=== Work to be completed ===
Could you retype the entries exactly as they are?

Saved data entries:
····················

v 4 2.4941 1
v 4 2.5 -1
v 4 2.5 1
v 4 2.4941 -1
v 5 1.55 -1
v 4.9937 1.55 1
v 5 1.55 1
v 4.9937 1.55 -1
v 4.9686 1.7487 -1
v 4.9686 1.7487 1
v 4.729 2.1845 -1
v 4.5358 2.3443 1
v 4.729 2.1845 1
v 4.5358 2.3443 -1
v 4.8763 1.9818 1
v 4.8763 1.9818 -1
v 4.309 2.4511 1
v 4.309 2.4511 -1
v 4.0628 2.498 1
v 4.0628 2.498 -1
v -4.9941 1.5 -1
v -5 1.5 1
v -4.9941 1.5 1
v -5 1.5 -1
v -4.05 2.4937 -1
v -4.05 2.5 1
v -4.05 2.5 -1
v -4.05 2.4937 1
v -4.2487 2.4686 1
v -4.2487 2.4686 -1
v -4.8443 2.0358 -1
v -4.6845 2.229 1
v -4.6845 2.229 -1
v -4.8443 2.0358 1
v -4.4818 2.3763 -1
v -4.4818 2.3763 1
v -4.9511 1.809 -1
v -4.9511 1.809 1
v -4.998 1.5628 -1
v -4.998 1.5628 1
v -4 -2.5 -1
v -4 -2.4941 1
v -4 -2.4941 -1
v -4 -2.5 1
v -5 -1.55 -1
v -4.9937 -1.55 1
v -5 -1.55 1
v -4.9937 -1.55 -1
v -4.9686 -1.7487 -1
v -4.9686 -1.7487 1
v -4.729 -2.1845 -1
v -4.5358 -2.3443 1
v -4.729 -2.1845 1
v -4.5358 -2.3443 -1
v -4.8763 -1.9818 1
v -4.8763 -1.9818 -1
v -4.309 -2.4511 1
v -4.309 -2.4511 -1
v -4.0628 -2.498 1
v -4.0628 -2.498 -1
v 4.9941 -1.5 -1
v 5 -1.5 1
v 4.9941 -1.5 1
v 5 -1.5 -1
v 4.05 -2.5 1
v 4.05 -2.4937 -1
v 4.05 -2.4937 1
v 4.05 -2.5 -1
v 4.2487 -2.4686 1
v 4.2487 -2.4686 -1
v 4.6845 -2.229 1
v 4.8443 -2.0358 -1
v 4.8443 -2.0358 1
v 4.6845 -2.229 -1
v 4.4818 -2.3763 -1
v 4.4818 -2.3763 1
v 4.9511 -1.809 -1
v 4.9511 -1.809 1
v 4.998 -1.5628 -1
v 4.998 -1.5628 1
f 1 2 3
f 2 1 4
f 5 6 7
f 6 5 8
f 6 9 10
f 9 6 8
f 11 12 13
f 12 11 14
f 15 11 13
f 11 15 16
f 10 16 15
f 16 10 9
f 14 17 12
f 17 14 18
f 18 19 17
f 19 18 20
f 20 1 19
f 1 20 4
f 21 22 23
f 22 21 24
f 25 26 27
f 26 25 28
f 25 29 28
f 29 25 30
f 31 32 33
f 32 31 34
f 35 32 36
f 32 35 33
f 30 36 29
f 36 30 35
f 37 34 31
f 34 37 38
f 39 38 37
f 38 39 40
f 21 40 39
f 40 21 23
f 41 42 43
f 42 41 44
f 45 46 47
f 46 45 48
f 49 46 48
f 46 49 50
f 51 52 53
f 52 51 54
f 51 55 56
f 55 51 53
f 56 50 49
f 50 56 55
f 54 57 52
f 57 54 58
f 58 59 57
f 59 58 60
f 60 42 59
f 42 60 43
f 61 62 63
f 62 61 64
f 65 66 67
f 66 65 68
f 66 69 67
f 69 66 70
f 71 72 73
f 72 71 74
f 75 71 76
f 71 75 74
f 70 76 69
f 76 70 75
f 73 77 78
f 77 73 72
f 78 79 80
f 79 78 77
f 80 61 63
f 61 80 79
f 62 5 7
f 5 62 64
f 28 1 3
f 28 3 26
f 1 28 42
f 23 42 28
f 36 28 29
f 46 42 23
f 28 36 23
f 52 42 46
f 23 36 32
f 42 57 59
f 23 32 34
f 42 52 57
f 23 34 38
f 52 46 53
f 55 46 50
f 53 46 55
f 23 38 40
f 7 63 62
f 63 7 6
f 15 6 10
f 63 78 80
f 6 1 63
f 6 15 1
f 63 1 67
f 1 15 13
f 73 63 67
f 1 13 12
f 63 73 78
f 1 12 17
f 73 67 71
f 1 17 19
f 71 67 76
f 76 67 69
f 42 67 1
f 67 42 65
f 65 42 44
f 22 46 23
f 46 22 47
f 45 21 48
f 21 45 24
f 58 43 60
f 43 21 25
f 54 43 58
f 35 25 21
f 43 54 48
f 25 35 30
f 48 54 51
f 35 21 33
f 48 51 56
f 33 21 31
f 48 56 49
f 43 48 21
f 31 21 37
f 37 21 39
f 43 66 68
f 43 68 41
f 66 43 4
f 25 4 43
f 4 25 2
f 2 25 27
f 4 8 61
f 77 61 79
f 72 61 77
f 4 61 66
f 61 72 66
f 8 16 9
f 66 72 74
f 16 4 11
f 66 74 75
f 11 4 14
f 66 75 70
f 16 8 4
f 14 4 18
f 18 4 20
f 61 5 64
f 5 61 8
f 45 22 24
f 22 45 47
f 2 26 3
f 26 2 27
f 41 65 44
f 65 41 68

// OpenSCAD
/*
http://codeviewer.org/view/code:1b36 
Copyright (C) 2011 Sergio Vilches
This program is free software: you can redistribute it and/or modify it under the terms of the GNU General Public License as published by the Free Software Foundation, either version 3 of the License, or (at your option) any later version.
This program is distributed in the hope that it will be useful, but WITHOUT ANY WARRANTY; without even the implied warranty of MERCHANTABILITY or FITNESS FOR A PARTICULAR PURPOSE. See the GNU General Public License for more details. You should have received a copy of the GNU General Public License along with this program. If not, see <http://www.gnu.org/licenses/>.
Contact: s.vilches.e@gmail.com


    ----------------------------------------------------------- 
                 Round Corners Cube (Extruded)                
      roundCornersCube(x,y,z,r) Where:                        
         - x = Xdir width                                     
         - y = Ydir width                                     
         - z = Height of the cube                             
         - r = Rounding radious                               
                                                              
      Example: roundCornerCube(10,10,2,1);                    
     *Some times it's needed to use F6 to see good results!   
 	 ----------------------------------------------------------- 
*/
// Test it!
roundCornersCube(10,5,2,1);


module createMeniscus(h,radius) // This module creates the shape that needs to be substracted from a cube to make its corners rounded.
difference(){        //This shape is basicly the difference between a quarter of cylinder and a cube
   translate([radius/2+0.1,radius/2+0.1,0]){
      cube([radius+0.2,radius+0.1,h+0.2],center=true);         // All that 0.x numbers are to avoid "ghost boundaries" when substracting
   }

   cylinder(h=h+0.2,r=radius,$fn = 25,center=true);
}


module roundCornersCube(x,y,z,r)  // Now we just substract the shape we have created in the four corners
difference(){
   cube([x,y,z], center=true);

translate([x/2-r,y/2-r]){  // We move to the first corner (x,y)
      rotate(0){  
         createMeniscus(z,r); // And substract the meniscus
      }
   }
   translate([-x/2+r,y/2-r]){ // To the second corner (-x,y)
      rotate(90){
         createMeniscus(z,r); // But this time we have to rotate the meniscus 90 deg
      }
   }
      translate([-x/2+r,-y/2+r]){ // ... 
      rotate(180){
         createMeniscus(z,r);
      }
   }
      translate([x/2-r,-y/2+r]){
      rotate(270){
         createMeniscus(z,r);
      }
   }
}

····················

=== The completed task ===
v 4 2.4941 1
v 4 2.5 -1
v 4 2.5 1
v 4 2.4941 -1
v 5 1.55 -1
v 4.9937 1.55 1
v 5 1.55 1
v 4.9937 1.55 -1
v 4.9686 1.7487 -1
v 4.9686 1.7487 1
v 4.729 2.1845 -1
v 4.5358 2.3443 1
v 4.729 2.1845 1
v 4.5358 2.3443 -1
v 4.8763 1.9818 1
v 4.8763 1.9818 -1
v 4.309 2.4511 1
v 4.309 2.4511 -1
v 4.0628 2.498 1
v 4.0628 2.498 -1
v -4.9941 1.5 -1
v -5 1.5 1
v -4.9941 1.5 1
v -5 1.5 -1
v -4.05 2.4937 -1
v -4.05 2.5 1
v -4.05 2.5 -1
v -4.05 2.4937 1
v -4.2487 2.4686 1
v -4.2487 2.4686 -1
v -4.8443 2.0358 -1
v -4.6845 2.229 1
v -4.6845 2.229 -1
v -4.8443 2.0358 1
v -4.4818 2.3763 -1
v -4.4818 2.3763 1
v -4.9511 1.809 -1
v -4.9511 1.809 1
v -4.998 1.5628 -1
v -4.998 1.5628 1
v -4 -2.5 -1
v -4 -2.4941 1
v -4 -2.4941 -1
v -4 -2.5 1
v -5 -1.55 -1
v -4.9937 -1.55 1
v -5 -1.55 1
v -4.9937 -1.55 -1
v -4.9686 -1.7487 -1
v -4.9686 -1.7487 1
v -4.729 -2.1845 -1
v -4.5358 -2.3443 1
v -4.729 -2.1845 1
v -4.5358 -2.3443 -1
v -4.8763 -1.9818 1
v -4.8763 -1.9818 -1
v -4.309 -2.4511 1
v -4.309 -2.4511 -1
v -4.0628 -2.498 1
v -4.0628 -2.498 -1
v 4.9941 -1.5 -1
v 5 -1.5 1
v 4.9941 -1.5 1
v 5 -1.5 -1
v 4.05 -2.5 1
v 4.05 -2.4937 -1
v 4.05 -2.4937 1
v 4.05 -2.5 -1
v 4.2487 -2.4686 1
v 4.2487 -2.4686 -1
v 4.6845 -2.229 1
v 4.8443 -2.0358 -1
v 4.8443 -2.0358 1
v 4.6845 -2.229 -1
v 4.4818 -2.3763 -1
v 4.4818 -2.3763 1
v 4.9511 -1.809 -1
v 4.9511 -1.809 1
v 4.998 -1.5628 -1
v 4.998 -1.5628 1
f 1 2 3
f 2 1 4
f 5 6 7
f 6 5 8
f 6 9 10
f 9 6 8
f 11 12 13
f 12 11 14
f 15 11 13
f 11 15 16
f 10 16 15
f 16 10 9
f 14 17 12
f 17 14 18
f 18 19 17
f 19 18 20
f 20 1 19
f 1 20 4
f 21 22 23
f 22 21 24
f 25 26 27
f 26 25 28
f 25 29 28
f 29 25 30
f 31 32 33
f 32 31 34
f 35 32 36
f 32 35 33
f 30 36 29
f 36 30 35
f 37 34 31
f 34 37 38
f 39 38 37
f 38 39 40
f 21 40 39
f 40 21 23
f 41 42 43
f 42 41 44
f 45 46 47
f 46 45 48
f 49 46 48
f 46 49 50
f 51 52 53
f 52 51 54
f 51 55 56
f 55 51 53
f 56 50 49
f 50 56 55
f 54 57 52
f 57 54 58
f 58 59 57
f 59 58 60
f 60 42 59
f 42 60 43
f 61 62 63
f 62 61 64
f 65 66 67
f 66 65 68
f 66 69 67
f 69 66 70
f 71 72 73
f 72 71 74
f 75 71 76
f 71 75 74
f 70 76 69
f 76 70 75
f 73 77 78
f 77 73 72
f 78 79 80
f 79 78 77
f 80 61 63
f 61 80 79
f 62 5 7
f 5 62 64
f 28 1 3
f 28 3 26
f 1 28 42
f 23 42 28
f 36 28 29
f 46 42 23
f 28 36 23
f 52 42 46
f 23 36 32
f 42 57 59
f 23 32 34
f 42 52 57
f 23 34 38
f 52 46 53
f 55 46 50
f 53 46 55
f 23 38 40
f 7 63 62
f 63 7 6
f 15 6 10
f 63 78 80
f 6 1 63
f 6 15 1
f 63 1 67
f 1 15 13
f 73 63 67
f 1 13 12
f 63 73 78
f 1 12 17
f 73 67 71
f 1 17 19
f 71 67 76
f 76 67 69
f 42 67 1
f 67 42 65
f 65 42 44
f 22 46 23
f 46 22 47
f 45 21 48
f 21 45 24
f 58 43 60
f 43 21 25
f 54 43 58
f 35 25 21
f 43 54 48
f 25 35 30
f 48 54 51
f 35 21 33
f 48 51 56
f 33 21 31
f 48 56 49
f 43 48 21
f 31 21 37
f 37 21 39
f 43 66 68
f 43 68 41
f 66 43 4
f 25 4 43
f 4 25 2
f 2 25 27
f 4 8 61
f 77 61 79
f 72 61 77
f 4 61 66
f 61 72 66
f 8 16 9
f 66 72 74
f 16 4 11
f 66 74 75
f 11 4 14
f 66 75 70
f 16 8 4
f 14 4 18
f 18 4 20
f 61 5 64
f 5 61 8
f 45 22 24
f 22 45 47
f 2 26 3
f 26 2 27
f 41 65 44
f 65 41 68

// OpenSCAD
/*
http://codeviewer.org/view/code:1b36 
Copyright (C) 2011 Sergio Vilches
This program is free software: you can redistribute it and/or modify it under the terms of the GNU General Public License as published by the Free Software Foundation, either version 3 of the License, or (at your option) any later version.
This program is distributed in the hope that it will be useful, but WITHOUT ANY WARRANTY; without even the implied warranty of MERCHANTABILITY or FITNESS FOR A PARTICULAR PURPOSE. See the GNU General Public License for more details. You should have received a copy of the GNU General Public License along with this program. If not, see <http://www.gnu.org/licenses/>.
Contact: s.vilches.e@gmail.com


    ----------------------------------------------------------- 
                 Round Corners Cube (Extruded)                
      roundCornersCube(x,y,z,r) Where:                        
         - x = Xdir width                                     
         - y = Ydir width                                     
         - z = Height of the cube                             
         - r = Rounding radious                               
                                                              
      Example: roundCornerCube(10,10,2,1);                    
     *Some times it's needed to use F6 to see good results!   
 	 ----------------------------------------------------------- 
*/
// Test it!
roundCornersCube(10,5,2,1);


module createMeniscus(h,radius) // This module creates the shape that needs to be substracted from a cube to make its corners rounded.
difference(){        //This shape is basicly the difference between a quarter of cylinder and a cube
   translate([radius/2+0.1,radius/2+0.1,0]){
      cube([radius+0.2,radius+0.1,h+0.2],center=true);         // All that 0.x numbers are to avoid "ghost boundaries" when substracting
   }

   cylinder(h=h+0.2,r=radius,$fn = 25,center=true);
}


module roundCornersCube(x,y,z,r)  // Now we just substract the shape we have created in the four corners
difference(){
   cube([x,y,z], center=true);

translate([x/2-r,y/2-r]){  // We move to the first corner (x,y)
      rotate(0){  
         createMeniscus(z,r); // And substract the meniscus
      }
   }
   translate([-x/2+r,y/2-r]){ // To the second corner (-x,y)
      rotate(90){
         createMeniscus(z,r); // But this time we have to rotate the meniscus 90 deg
      }
   }
      translate([-x/2+r,-y/2+r]){ // ... 
      rotate(180){
         createMeniscus(z,r);
      }
   }
      translate([x/2-r,-y/2+r]){
      rotate(270){
         createMeniscus(z,r);
      }
   }
}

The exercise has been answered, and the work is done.